The problem: Two lines in the data below mark the range: the one with "#465=FACE_BOUND('',#464,.T.);" and the one with "#477=ADVANCED_FACE('',(#465,#473),#476,.T.);". Return both, along with every line between them, exactly.

Extracted records:
▼

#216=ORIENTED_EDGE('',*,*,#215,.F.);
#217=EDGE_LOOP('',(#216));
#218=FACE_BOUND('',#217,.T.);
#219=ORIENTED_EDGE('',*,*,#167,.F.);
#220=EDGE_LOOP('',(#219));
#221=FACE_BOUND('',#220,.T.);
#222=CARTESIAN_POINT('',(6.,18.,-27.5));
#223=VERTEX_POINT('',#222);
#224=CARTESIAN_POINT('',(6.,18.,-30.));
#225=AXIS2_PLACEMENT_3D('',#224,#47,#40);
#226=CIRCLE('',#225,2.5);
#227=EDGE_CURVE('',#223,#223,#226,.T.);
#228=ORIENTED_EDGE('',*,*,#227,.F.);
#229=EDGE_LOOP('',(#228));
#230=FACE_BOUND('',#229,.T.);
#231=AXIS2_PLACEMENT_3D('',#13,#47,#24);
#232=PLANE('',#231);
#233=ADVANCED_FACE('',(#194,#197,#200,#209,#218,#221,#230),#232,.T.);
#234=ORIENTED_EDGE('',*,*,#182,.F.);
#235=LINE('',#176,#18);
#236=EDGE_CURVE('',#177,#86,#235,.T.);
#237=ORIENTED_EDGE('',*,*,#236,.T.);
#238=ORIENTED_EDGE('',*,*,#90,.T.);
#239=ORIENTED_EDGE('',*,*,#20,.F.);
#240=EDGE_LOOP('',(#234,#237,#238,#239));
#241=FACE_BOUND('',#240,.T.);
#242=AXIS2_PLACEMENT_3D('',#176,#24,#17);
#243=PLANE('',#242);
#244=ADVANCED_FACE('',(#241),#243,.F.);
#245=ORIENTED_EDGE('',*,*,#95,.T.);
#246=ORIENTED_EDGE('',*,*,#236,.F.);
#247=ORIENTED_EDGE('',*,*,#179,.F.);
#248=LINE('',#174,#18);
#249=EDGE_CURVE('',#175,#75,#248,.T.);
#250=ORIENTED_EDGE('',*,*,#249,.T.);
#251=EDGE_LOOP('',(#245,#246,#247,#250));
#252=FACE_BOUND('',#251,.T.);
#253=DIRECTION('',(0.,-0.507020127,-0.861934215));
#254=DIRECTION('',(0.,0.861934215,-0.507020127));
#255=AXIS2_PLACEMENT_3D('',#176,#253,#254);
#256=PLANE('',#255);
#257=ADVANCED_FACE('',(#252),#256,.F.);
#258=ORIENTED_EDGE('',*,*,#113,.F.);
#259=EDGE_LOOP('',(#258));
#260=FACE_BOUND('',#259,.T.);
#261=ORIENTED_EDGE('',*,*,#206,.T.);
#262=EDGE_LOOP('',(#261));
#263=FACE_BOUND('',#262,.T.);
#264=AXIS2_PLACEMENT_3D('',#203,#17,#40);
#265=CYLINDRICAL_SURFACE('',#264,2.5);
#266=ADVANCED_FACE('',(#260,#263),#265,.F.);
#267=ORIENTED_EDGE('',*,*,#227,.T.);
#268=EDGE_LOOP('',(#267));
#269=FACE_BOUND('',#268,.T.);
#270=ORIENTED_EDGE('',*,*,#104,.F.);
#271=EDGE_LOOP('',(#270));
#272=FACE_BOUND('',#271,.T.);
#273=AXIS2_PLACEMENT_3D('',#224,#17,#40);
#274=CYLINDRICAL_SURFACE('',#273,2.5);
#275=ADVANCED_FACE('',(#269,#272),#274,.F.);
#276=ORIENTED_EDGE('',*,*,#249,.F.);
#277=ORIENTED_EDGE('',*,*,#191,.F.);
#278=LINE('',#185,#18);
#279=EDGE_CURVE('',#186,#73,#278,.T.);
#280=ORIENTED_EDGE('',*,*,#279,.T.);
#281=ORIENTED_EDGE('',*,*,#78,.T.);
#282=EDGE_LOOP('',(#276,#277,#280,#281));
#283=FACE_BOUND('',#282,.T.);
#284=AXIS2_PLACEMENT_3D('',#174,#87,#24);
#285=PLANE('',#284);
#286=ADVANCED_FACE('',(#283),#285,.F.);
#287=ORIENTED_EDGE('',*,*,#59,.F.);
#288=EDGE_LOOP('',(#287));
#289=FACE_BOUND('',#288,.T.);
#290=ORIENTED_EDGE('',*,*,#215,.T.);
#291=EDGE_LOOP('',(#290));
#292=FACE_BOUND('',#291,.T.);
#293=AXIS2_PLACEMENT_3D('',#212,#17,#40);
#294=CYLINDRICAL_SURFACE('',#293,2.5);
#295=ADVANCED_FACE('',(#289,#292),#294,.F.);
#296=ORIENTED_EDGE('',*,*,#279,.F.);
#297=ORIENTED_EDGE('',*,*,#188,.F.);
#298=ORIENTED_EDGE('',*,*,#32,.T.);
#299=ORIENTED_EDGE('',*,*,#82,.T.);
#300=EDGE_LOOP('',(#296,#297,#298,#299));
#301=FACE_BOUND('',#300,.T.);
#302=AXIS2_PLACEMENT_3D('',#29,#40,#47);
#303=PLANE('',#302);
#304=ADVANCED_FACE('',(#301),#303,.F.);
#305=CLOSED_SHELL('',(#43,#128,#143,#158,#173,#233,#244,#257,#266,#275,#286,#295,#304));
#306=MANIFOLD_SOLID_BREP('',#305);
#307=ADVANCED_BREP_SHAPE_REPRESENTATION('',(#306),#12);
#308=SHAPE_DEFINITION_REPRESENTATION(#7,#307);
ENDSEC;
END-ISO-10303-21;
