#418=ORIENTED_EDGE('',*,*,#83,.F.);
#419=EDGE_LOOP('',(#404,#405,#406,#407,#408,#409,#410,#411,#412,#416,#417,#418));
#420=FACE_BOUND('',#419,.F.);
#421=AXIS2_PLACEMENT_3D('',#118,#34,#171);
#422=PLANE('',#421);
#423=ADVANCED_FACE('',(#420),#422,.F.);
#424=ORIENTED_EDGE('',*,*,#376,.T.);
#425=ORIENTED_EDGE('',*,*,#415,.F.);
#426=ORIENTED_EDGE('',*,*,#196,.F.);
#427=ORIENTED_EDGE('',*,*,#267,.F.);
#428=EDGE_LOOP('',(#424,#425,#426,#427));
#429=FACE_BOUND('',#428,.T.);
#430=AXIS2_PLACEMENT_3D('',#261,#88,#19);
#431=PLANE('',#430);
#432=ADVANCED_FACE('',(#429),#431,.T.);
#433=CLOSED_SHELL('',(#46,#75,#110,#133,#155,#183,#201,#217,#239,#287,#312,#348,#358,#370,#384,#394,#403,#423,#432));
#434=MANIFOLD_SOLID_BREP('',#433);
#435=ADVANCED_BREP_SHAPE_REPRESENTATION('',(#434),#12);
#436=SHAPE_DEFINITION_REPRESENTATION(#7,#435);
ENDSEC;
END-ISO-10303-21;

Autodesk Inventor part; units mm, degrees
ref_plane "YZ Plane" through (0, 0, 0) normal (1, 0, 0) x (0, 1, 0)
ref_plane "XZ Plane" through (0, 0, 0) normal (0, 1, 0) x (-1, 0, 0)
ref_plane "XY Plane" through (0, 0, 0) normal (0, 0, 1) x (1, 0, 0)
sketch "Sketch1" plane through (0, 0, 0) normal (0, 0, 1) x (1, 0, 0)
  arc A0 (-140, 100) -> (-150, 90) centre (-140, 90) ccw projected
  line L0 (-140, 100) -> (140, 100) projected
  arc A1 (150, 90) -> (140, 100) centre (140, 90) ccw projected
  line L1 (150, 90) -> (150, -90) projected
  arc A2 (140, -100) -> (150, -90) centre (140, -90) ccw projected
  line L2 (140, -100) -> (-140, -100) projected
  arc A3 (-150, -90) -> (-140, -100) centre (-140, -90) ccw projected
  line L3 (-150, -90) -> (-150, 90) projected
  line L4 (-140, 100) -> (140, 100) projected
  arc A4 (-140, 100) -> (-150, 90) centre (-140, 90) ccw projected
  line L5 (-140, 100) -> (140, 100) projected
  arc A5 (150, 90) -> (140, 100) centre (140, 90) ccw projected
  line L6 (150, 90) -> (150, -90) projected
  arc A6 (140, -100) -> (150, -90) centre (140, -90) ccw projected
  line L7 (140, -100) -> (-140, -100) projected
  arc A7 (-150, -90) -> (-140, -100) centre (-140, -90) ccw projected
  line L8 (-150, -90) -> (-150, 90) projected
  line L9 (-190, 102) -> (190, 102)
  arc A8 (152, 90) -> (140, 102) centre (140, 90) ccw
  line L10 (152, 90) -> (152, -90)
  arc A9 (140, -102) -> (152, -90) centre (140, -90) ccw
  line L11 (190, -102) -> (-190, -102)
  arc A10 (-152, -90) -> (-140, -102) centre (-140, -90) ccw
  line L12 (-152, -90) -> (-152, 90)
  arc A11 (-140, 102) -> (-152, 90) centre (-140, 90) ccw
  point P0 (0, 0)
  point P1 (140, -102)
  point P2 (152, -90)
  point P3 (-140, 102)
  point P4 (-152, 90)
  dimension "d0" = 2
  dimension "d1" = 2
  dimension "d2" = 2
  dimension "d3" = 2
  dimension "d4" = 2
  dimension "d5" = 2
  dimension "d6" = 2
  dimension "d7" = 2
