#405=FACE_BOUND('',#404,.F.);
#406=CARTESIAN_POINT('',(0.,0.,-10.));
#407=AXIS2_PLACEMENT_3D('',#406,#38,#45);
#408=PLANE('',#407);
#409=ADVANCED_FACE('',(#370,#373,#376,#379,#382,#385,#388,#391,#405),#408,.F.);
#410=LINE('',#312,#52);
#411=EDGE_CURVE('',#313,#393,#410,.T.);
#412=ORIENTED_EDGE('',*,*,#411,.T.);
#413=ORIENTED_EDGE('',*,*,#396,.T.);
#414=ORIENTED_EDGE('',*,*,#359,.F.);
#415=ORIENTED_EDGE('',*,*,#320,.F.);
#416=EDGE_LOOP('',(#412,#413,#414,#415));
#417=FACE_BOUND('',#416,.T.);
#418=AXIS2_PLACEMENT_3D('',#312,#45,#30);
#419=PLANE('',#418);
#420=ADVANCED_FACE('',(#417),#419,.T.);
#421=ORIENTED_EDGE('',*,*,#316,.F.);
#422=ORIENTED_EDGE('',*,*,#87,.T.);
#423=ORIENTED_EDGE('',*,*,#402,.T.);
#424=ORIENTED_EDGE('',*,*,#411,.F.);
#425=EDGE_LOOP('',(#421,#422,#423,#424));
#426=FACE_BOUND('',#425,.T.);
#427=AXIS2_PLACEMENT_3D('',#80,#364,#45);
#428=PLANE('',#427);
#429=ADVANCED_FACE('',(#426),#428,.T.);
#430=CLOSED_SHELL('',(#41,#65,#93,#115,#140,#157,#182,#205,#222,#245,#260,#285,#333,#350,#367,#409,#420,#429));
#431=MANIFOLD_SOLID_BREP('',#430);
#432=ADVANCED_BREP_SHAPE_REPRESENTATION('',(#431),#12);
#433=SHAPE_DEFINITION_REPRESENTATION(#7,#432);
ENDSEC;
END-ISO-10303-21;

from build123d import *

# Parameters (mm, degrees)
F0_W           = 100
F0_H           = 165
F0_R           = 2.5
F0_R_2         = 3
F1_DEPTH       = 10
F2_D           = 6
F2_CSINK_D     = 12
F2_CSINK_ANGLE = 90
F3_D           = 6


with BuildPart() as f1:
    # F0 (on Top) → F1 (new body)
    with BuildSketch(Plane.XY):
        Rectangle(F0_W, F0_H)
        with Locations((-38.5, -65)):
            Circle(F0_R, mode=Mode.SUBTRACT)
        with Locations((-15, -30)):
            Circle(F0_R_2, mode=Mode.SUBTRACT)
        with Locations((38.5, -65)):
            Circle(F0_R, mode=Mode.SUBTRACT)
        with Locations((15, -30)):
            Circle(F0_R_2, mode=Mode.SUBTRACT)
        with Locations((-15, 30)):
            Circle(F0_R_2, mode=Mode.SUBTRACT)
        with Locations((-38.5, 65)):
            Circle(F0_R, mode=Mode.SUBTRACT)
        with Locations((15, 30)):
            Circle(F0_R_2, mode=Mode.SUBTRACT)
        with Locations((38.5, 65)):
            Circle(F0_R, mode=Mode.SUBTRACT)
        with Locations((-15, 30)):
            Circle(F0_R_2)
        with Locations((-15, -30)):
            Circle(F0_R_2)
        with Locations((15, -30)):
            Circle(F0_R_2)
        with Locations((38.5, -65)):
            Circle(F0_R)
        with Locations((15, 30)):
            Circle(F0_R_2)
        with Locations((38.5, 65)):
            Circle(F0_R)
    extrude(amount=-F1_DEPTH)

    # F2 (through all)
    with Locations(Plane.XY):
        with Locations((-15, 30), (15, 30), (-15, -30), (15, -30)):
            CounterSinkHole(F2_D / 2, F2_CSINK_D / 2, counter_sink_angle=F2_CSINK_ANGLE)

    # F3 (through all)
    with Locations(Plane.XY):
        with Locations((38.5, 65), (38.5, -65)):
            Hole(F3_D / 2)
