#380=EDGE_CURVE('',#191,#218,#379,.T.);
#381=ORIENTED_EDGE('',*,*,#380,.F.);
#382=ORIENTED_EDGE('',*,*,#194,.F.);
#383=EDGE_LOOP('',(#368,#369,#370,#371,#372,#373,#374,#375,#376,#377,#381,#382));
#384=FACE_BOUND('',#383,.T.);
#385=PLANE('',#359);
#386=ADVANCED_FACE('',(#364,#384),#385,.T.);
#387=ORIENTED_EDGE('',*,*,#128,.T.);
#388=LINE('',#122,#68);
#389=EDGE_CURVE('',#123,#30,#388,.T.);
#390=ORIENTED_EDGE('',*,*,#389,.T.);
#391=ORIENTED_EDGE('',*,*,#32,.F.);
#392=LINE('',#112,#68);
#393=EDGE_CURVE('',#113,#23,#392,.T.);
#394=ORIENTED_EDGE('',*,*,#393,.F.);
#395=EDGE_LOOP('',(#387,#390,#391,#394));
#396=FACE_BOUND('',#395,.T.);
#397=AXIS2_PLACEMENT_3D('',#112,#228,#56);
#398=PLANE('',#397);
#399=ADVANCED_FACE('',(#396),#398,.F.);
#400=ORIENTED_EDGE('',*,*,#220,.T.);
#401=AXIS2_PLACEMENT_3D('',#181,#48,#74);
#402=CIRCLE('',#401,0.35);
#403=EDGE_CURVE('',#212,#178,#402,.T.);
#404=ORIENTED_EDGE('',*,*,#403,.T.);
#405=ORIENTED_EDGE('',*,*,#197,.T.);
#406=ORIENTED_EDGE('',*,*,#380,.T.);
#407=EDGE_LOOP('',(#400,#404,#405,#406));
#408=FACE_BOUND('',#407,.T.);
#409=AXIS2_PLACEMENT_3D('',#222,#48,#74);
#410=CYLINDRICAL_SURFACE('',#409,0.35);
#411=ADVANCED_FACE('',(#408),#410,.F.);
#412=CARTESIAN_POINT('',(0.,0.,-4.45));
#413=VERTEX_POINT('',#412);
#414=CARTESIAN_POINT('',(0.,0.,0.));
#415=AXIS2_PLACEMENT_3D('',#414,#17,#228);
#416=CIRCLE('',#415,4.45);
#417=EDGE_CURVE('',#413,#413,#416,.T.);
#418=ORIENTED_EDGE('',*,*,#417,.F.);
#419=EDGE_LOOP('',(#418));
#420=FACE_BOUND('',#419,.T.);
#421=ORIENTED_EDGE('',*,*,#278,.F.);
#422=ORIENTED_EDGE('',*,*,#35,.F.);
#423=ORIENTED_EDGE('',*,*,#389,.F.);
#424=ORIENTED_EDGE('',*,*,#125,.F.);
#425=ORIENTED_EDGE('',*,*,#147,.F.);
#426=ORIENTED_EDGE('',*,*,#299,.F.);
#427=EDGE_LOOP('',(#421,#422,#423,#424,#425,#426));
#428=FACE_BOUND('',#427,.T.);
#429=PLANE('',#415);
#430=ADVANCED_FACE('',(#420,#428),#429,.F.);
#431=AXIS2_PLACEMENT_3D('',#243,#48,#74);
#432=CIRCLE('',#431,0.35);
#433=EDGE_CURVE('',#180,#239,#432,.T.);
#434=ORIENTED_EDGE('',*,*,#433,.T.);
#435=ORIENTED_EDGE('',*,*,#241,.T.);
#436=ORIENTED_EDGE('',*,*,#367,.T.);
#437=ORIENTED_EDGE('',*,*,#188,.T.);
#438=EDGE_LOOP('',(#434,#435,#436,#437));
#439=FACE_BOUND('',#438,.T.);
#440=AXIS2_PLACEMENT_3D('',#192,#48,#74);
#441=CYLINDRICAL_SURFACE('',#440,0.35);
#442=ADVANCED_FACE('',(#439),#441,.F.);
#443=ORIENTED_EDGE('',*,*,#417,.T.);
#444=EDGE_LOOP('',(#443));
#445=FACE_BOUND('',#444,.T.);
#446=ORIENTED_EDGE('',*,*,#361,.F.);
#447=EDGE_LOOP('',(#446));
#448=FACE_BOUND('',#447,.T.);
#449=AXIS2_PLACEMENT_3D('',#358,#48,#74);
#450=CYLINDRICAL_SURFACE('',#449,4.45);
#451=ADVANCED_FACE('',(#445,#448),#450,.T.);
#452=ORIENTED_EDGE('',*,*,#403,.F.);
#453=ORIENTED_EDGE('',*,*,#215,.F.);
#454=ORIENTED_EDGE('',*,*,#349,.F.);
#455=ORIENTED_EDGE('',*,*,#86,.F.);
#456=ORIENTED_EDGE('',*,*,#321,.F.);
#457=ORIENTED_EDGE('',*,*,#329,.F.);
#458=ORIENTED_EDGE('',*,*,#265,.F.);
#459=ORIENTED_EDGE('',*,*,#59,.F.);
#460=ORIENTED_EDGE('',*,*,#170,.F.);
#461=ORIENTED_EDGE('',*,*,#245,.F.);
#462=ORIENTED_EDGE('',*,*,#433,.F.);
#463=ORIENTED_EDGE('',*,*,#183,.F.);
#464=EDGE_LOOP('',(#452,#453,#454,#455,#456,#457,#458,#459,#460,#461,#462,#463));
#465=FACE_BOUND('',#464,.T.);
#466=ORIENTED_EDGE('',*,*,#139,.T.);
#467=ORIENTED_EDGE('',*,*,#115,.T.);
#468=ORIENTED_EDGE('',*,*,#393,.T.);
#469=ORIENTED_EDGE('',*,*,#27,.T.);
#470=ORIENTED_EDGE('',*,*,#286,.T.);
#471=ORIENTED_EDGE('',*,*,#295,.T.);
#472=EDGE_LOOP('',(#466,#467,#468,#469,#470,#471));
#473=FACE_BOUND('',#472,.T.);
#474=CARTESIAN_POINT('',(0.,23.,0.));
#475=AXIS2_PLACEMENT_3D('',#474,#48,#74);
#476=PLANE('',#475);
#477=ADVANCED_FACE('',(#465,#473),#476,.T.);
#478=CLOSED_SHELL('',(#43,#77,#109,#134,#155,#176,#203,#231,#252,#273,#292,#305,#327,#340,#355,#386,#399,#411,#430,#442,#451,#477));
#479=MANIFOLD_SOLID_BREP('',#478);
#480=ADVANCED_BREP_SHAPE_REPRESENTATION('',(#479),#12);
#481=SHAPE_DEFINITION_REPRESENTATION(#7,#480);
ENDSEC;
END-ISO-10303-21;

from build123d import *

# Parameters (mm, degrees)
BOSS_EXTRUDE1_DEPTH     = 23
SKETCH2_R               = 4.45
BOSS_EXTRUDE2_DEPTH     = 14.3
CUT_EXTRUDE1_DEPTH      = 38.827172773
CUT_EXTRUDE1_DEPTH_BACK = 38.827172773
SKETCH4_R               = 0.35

▲

Output for this exercise:
#465=FACE_BOUND('',#464,.T.);
#466=ORIENTED_EDGE('',*,*,#139,.T.);
#467=ORIENTED_EDGE('',*,*,#115,.T.);
#468=ORIENTED_EDGE('',*,*,#393,.T.);
#469=ORIENTED_EDGE('',*,*,#27,.T.);
#470=ORIENTED_EDGE('',*,*,#286,.T.);
#471=ORIENTED_EDGE('',*,*,#295,.T.);
#472=EDGE_LOOP('',(#466,#467,#468,#469,#470,#471));
#473=FACE_BOUND('',#472,.T.);
#474=CARTESIAN_POINT('',(0.,23.,0.));
#475=AXIS2_PLACEMENT_3D('',#474,#48,#74);
#476=PLANE('',#475);
#477=ADVANCED_FACE('',(#465,#473),#476,.T.);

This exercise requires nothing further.